BEGIN Entries supplied

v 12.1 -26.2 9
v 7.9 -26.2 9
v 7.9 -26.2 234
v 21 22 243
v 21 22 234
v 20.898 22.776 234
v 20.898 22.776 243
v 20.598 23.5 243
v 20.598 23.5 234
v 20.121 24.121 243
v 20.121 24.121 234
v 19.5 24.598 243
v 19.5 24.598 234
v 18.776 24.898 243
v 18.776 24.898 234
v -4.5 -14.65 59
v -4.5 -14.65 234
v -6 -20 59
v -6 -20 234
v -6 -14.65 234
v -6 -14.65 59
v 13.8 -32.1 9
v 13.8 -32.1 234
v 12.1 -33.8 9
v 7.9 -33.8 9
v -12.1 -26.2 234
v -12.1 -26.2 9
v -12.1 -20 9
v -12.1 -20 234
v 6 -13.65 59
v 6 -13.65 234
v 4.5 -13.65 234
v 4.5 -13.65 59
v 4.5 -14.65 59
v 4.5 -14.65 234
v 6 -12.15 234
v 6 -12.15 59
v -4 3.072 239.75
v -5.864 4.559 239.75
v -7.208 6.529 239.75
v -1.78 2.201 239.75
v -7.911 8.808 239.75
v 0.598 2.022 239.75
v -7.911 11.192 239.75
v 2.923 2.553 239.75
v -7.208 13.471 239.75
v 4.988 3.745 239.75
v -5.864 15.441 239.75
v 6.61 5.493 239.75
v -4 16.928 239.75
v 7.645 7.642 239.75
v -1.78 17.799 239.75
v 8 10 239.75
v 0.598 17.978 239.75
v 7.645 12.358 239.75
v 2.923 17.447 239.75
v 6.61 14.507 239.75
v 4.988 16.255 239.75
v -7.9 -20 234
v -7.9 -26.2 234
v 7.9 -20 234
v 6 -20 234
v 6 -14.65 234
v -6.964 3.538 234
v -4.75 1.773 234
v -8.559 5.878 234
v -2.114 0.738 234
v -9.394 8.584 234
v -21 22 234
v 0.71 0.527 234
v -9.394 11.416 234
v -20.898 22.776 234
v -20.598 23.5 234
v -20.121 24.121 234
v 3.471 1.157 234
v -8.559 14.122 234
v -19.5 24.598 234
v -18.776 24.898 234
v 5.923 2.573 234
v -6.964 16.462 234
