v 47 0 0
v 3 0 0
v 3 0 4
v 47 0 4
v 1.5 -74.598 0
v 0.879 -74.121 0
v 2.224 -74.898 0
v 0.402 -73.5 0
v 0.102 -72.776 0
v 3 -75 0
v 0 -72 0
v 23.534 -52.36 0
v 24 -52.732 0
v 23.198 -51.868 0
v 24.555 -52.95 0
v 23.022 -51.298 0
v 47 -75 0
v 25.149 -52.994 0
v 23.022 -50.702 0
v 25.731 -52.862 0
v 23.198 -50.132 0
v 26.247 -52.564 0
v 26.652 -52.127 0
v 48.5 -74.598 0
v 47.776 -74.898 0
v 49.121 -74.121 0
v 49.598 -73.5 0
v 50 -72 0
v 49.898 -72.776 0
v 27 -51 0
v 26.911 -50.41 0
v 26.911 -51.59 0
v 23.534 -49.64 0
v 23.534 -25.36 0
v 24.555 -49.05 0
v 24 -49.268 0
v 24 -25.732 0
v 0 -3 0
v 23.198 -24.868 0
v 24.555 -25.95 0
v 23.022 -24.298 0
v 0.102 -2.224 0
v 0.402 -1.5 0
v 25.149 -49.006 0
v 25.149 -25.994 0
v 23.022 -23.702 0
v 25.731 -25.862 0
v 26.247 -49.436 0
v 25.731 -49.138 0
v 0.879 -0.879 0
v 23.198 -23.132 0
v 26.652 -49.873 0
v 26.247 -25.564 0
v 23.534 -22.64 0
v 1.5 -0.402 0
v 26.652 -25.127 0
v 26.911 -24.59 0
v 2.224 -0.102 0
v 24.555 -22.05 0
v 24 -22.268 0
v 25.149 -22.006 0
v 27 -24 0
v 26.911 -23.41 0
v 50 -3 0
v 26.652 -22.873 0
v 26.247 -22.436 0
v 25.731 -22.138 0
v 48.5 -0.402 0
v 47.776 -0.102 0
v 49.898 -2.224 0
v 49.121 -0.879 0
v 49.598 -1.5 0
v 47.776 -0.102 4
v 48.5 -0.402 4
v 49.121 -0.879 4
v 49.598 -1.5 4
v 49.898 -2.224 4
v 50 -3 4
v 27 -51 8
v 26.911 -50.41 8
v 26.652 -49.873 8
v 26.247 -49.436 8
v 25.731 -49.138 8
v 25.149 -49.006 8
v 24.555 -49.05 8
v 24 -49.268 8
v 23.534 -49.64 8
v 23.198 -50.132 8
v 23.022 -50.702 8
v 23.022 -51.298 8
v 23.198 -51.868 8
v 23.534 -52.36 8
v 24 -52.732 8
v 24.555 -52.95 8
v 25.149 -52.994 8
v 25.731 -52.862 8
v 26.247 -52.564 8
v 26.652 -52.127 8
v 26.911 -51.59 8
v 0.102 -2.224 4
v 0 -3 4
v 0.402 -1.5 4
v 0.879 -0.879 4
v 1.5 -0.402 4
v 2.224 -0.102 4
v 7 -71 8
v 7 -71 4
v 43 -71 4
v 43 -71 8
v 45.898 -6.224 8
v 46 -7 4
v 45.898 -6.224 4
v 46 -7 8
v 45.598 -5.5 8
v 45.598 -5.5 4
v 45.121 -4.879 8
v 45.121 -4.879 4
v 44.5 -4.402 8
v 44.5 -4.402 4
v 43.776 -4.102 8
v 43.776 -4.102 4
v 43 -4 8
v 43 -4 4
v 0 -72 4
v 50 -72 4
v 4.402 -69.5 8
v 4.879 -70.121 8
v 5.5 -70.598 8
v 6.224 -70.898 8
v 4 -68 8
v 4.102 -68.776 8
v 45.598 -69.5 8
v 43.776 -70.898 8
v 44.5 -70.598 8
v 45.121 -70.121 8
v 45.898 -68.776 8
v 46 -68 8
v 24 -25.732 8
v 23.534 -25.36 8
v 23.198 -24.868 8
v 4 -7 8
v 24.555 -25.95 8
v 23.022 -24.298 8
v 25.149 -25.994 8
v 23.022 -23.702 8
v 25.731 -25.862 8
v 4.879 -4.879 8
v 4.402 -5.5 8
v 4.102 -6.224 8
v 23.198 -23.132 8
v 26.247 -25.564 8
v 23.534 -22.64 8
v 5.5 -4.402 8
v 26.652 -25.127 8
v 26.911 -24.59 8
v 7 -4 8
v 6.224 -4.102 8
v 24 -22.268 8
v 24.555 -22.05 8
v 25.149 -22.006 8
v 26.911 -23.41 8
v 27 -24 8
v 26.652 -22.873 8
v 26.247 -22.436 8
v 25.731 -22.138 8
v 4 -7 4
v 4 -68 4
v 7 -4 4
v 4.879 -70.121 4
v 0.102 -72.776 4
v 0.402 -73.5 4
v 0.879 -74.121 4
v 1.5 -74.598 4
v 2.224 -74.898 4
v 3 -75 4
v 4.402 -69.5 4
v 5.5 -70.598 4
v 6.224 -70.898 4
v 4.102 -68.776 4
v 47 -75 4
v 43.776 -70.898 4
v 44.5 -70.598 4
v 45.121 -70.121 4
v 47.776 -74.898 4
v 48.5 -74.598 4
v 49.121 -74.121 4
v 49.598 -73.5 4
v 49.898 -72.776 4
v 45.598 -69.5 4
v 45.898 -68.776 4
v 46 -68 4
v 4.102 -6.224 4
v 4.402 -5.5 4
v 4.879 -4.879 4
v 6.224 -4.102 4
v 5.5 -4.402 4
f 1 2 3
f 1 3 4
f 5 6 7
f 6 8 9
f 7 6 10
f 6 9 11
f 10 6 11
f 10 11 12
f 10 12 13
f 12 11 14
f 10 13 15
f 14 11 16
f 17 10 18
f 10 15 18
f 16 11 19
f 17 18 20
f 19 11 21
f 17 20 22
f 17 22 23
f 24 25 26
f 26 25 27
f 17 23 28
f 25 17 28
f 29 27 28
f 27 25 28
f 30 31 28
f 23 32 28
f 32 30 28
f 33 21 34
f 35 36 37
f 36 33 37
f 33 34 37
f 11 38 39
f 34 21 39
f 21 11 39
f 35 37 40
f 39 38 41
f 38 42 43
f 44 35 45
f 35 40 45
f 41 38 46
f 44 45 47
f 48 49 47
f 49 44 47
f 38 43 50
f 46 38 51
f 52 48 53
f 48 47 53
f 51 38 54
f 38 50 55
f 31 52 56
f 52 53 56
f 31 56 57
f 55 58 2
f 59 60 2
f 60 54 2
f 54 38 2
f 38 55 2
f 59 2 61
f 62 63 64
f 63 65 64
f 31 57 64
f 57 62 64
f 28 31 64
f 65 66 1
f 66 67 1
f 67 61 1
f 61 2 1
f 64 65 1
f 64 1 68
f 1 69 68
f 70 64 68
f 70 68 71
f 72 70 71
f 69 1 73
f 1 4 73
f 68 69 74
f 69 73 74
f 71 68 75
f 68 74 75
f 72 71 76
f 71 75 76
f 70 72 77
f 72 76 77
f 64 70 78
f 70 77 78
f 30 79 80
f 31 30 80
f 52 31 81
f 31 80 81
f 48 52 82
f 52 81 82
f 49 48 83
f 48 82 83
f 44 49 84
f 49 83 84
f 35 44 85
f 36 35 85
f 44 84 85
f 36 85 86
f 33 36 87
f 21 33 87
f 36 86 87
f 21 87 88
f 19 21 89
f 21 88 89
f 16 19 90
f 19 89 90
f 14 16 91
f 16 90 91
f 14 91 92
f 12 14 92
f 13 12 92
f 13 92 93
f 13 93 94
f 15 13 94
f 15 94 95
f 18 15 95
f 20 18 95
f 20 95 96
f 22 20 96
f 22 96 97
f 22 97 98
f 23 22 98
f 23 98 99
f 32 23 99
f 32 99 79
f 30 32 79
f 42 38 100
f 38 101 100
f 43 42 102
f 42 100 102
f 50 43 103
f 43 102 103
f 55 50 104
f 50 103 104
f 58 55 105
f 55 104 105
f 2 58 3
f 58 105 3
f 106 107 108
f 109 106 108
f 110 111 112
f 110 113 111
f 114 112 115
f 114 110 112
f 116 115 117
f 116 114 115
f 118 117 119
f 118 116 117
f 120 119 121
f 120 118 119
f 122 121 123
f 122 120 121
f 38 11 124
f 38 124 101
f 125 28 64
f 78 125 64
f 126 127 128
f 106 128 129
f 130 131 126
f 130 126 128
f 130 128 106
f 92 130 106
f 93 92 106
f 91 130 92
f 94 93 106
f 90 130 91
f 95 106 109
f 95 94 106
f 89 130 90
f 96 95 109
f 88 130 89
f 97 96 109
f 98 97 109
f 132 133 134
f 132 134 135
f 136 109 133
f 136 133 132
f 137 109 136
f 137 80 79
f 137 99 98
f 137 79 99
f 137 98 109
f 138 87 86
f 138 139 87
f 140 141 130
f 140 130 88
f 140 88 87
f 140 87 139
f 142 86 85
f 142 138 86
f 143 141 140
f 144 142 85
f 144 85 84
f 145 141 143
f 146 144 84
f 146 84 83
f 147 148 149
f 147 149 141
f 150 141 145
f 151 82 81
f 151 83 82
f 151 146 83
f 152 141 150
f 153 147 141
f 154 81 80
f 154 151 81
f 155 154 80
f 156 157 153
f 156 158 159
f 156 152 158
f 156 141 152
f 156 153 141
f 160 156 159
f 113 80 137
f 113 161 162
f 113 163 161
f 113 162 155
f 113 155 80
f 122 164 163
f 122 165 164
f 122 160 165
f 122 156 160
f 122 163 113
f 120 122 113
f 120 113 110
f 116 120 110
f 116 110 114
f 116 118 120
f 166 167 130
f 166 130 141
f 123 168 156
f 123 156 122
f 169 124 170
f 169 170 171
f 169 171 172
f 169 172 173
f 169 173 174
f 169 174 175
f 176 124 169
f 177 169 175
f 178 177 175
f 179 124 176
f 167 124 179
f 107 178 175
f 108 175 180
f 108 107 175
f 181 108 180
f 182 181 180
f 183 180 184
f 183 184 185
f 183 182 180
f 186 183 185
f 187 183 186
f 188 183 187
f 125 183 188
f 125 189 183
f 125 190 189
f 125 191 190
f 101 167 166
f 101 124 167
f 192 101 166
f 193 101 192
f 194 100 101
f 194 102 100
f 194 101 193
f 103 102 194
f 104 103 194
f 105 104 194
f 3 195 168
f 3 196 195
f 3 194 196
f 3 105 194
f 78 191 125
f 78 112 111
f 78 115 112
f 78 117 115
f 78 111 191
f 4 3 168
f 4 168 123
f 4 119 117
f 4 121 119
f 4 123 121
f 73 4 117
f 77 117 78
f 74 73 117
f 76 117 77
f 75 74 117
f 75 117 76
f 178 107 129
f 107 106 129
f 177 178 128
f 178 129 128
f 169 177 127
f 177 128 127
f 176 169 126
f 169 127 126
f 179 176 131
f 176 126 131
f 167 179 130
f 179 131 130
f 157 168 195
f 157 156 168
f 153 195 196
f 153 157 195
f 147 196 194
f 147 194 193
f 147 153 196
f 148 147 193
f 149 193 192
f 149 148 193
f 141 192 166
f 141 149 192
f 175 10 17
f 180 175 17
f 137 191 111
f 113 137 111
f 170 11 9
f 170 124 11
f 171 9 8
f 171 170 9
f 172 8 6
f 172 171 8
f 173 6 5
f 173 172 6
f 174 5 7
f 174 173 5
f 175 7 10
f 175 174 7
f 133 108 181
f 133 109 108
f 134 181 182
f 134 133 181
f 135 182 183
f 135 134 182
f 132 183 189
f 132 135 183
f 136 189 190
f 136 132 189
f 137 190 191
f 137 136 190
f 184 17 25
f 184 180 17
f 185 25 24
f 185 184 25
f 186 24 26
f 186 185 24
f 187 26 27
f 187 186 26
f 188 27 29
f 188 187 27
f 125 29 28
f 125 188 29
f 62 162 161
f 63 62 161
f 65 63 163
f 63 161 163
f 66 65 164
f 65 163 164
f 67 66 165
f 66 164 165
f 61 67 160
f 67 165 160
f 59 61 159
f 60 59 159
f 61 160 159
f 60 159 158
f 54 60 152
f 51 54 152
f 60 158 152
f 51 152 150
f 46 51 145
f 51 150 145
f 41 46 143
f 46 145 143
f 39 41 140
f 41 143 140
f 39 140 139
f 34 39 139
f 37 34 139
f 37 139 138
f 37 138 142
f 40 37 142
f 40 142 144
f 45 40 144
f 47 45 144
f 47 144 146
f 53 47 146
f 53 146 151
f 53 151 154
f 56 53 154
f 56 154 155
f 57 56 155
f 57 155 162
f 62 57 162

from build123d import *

# Parameters (mm, degrees)
F0_W     = 50
F0_H     = 75
F1_DEPTH = 4
F2_W     = 42
F2_H     = 67
F3_DEPTH = 4
F4_R     = 3
F5_R     = 2
F6_DEPTH = 25


with BuildPart() as f1:
    # F0 (on Top) → F1 (new body)
    with BuildSketch(Plane.XY):
        with Locations((25, -37.5)):
            Rectangle(F0_W, F0_H)
    extrude(amount=F1_DEPTH)

    # F2 (on face) → F3 (join)
    with BuildSketch(Plane.XY.offset(4)):
        with Locations((25, -37.5)):
            Rectangle(F2_W, F2_H)
    extrude(amount=F3_DEPTH)

    # F4
    f4_edges = [f1.edges().sort_by_distance(p)[0] for p in [
        (50, 0, 2),
        (4, -4, 6),
        (0, 0, 2),
        (46, -4, 6),
        (46, -71, 6),
        (50, -75, 2),
        (4, -71, 6),
        (0, -75, 2),
    ]]
    fillet(f4_edges, radius=F4_R)

    # F5 (on face) → F6 (cut)
    with BuildSketch(Plane.XY.offset(8)):
        with Locations((25, -51)):
            Circle(F5_R)
        with Locations((25, -24)):
            Circle(F5_R)
    extrude(amount=-F6_DEPTH, mode=Mode.SUBTRACT)


solid = f1.part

END Entries supplied

--- Work item ---
Quote the data above from the line containing "v 0.402 -1.5 4" to the line containing "v 45.598 -69.5 8", inclusive, and stop.

--- Completed exercise ---
v 0.402 -1.5 4
v 0.879 -0.879 4
v 1.5 -0.402 4
v 2.224 -0.102 4
v 7 -71 8
v 7 -71 4
v 43 -71 4
v 43 -71 8
v 45.898 -6.224 8
v 46 -7 4
v 45.898 -6.224 4
v 46 -7 8
v 45.598 -5.5 8
v 45.598 -5.5 4
v 45.121 -4.879 8
v 45.121 -4.879 4
v 44.5 -4.402 8
v 44.5 -4.402 4
v 43.776 -4.102 8
v 43.776 -4.102 4
v 43 -4 8
v 43 -4 4
v 0 -72 4
v 50 -72 4
v 4.402 -69.5 8
v 4.879 -70.121 8
v 5.5 -70.598 8
v 6.224 -70.898 8
v 4 -68 8
v 4.102 -68.776 8
v 45.598 -69.5 8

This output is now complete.